Irs2 Deletion Suppresses Tumor Invasion in a Variety of Mouse Organs

To determine the contribution of excess Irs2 expression in Pten+/− mouse tumor development, we generated two groups of mice, one to study the relationship between Pten+/− and Irs2−/− from 150 to 330 days and the other to study the relationship between Pten+/− and Irs2+/− from 150 to 400 days (Tables 1 and 2). Although Pten+/−Irs2+/+ mice developed invasive carcinomas in a variety of organs, Pten+/−Irs2−/− mice did not ((P < 0.01) (Table 1; Figures 2A and 3A). On the other hand, Pten+/−Irs2+/− mice developed carcinomas at frequencies similar to Pten+/−Irs2+/+. All invasive neoplasms in the prostate and, to a lesser extent, in other organs showed epithelial-mesenchymal transition, with malignant cells assuming a spindle shape and reduced labeling for E-cadherin and cytokeratin together with constitutive nuclear localization of phosphoserine-473-Akt. (Figure 3B).

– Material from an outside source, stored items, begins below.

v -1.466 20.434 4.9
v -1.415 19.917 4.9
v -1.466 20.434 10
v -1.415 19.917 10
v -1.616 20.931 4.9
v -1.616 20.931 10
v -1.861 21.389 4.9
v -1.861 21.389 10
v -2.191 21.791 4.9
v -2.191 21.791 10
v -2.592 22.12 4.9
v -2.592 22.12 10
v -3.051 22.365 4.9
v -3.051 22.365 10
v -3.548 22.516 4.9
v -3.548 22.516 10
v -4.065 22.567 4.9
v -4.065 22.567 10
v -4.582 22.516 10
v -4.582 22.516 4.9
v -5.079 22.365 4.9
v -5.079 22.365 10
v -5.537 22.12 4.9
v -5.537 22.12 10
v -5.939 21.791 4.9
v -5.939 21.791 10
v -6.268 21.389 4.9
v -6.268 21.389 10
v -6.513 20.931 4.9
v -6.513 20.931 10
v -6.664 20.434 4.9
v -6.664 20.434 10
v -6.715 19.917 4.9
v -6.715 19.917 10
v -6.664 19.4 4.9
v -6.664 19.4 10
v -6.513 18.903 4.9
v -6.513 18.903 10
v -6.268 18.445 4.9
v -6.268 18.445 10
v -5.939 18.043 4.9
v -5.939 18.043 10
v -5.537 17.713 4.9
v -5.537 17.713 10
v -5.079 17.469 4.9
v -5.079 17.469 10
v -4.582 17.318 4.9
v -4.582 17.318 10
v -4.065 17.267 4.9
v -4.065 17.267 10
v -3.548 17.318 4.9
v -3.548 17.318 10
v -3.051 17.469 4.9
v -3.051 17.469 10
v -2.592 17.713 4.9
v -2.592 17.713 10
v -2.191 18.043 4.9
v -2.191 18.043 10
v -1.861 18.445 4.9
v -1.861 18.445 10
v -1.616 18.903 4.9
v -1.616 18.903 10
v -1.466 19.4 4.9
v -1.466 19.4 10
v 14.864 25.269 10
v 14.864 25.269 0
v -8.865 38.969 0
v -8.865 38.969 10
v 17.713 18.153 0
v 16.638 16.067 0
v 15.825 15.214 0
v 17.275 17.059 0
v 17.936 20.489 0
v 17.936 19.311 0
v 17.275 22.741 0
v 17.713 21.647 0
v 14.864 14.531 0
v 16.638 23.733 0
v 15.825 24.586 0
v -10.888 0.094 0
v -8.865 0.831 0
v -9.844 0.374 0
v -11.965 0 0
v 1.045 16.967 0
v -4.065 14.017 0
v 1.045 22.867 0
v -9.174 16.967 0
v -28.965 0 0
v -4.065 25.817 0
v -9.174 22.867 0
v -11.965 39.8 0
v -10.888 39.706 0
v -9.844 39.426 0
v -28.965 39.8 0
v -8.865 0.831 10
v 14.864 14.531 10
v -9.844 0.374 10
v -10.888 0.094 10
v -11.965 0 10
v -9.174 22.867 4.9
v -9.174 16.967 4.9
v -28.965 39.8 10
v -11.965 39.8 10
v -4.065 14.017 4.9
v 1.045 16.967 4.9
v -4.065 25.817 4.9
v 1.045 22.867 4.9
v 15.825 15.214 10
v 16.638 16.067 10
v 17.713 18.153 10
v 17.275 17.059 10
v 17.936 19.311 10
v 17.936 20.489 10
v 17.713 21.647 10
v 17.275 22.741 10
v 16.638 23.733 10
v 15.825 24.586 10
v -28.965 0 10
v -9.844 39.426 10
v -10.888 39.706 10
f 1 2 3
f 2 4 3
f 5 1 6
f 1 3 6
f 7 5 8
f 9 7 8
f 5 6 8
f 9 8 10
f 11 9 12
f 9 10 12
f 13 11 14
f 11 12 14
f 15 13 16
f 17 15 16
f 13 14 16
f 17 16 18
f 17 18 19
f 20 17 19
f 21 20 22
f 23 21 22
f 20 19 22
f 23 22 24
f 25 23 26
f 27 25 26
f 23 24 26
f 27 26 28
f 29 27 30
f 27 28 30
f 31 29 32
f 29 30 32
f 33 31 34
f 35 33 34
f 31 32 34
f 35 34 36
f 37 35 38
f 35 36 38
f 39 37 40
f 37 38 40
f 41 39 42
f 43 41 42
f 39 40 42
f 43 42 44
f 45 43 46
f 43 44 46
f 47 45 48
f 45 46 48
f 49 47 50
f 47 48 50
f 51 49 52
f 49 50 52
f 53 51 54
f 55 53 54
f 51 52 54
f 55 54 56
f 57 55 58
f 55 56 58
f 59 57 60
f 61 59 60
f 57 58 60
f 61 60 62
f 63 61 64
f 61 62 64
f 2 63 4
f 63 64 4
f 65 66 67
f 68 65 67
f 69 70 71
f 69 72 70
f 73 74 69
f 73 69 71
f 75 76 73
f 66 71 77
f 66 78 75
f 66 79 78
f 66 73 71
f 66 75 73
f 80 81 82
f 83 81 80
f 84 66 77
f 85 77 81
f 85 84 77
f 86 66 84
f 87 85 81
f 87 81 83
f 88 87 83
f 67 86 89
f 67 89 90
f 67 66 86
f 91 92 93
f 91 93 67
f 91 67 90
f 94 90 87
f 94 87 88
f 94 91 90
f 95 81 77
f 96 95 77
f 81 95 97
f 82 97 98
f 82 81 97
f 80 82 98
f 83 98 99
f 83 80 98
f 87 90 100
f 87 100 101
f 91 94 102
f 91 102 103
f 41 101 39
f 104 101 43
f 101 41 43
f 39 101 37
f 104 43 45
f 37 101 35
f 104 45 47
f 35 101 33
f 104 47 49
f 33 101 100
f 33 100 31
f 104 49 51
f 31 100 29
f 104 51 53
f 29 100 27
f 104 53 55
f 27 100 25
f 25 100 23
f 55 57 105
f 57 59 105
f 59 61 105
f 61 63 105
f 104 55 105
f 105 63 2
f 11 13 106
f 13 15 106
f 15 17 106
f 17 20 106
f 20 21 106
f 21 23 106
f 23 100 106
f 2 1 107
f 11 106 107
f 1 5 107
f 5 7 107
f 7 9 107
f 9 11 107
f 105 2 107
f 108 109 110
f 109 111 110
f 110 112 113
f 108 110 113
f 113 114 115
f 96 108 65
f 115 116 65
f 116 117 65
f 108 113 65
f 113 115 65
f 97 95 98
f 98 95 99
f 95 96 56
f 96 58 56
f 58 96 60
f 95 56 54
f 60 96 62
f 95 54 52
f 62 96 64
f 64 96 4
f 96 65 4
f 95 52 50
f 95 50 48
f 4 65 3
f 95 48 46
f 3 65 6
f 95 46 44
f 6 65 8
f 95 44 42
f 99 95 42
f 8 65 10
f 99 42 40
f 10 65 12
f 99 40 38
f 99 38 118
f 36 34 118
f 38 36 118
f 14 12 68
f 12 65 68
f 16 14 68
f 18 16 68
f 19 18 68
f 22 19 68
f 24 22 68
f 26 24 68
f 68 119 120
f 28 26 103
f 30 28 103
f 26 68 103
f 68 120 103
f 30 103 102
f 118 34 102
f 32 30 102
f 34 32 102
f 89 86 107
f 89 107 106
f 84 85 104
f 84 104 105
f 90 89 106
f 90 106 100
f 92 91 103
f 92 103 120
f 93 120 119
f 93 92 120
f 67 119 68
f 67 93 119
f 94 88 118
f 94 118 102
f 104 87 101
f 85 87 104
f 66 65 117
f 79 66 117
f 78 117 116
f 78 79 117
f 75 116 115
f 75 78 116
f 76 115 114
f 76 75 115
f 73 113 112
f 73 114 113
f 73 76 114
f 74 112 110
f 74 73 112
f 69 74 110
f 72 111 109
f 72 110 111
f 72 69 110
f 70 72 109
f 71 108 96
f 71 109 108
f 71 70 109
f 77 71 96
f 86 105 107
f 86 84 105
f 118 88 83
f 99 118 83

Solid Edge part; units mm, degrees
sketch "Sketch1" plane through (0, 0, 0) normal (0, 0, 1) x (1, 0, 0)
  line L0 (-28.9647, 0) -> (-28.9647, 39.8)
  line L1 (-28.9647, 39.8) -> (-11.9647, 39.8)
  arc A0 (-11.9647, 39.8) -> (-8.8647, 38.9694) centre (-11.9647, 33.6) cw
  line L2 (14.8644, 25.2694) -> (-8.8647, 38.9694)
  arc A1 (14.8644, 14.5306) -> (14.8644, 25.2694) centre (11.7644, 19.9) ccw
  line L3 (-8.8647, 0.8306) -> (14.8644, 14.5306)
  arc A2 (-11.9647, 0) -> (-8.8647, 0.8306) centre (-11.9647, 6.2) ccw
  line L4 (-28.9647, 0) -> (-11.9647, 0)
extrude "Protrusion1" add sketch "Sketch1" along normal blind 10
sketch "Sketch2" plane through (-5.5002, 19.9, 10) normal (0, 0, 1) x (1, 0, 0)
  circle A0 centre (1.4355, 0.0168) radius 2.65
extrude "ExtrudedCutout_1" cut sketch "Sketch2" against normal blind 233.7228
sketch "Sketch3" plane through (-5.5002, 19.9, 0) normal (0, 0, -1) x (1, 0, 0)
  line L0 (-3.6741, -2.9668) -> (-3.6741, 2.9332)
  line L1 (-3.6741, 2.9332) -> (1.4355, 5.8832)
  line L2 (1.4355, 5.8832) -> (6.545, 2.9332)
  line L3 (6.545, 2.9332) -> (6.545, -2.9668)
  line L4 (6.545, -2.9668) -> (1.4355, -5.9168)
  line L5 (1.4355, -5.9168) -> (-3.6741, -2.9668)
  dimension "D1" = 11.8
extrude "ExtrudedCutout_2" cut sketch "Sketch3" against normal blind 4.9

The status of Irs2 did not affect the frequency of occurrence of preinvasive neoplasia of the prostate, uterus, adrenal medulla, and colon (Table 2; Figures 2A and 3A).

Table 1.

Incidence of Invasive Neoplasms in Percent (Absolute Number in Parentheses) of Breast, Skin, Prostate, Endometrium, and Colon in Pten+/− Mice

150 to 330 days
150 to 400 days
Study period Genotype Pten+/−Irs2+/+ Pten+/−Irs2−/− Pten+/−Irs2+/+ Pten+/−Irs2+/−
Males (n) 9 9 30 14
 Colon cancer 22% (2) 0 7% (2) 0
 Prostate cancer 22% (2) 0 20% (6) 29% (4)
 Skin cancer 11% (1) 0 10% (3) 0
Females (n) 14 10 20 32
 Endometrial carcinoma 7% (1) 0 10% (2) 6% (2)
 Skin cancer 14% (2) 0 15% (3) 9% (3)
 Breast cancer 21% (3) 0 45% (9) 19% (6)
All animals (n) 23 19 50 46
Incidence for invasive neoplasms 43% (10) 0* 44% (22) 28% (13)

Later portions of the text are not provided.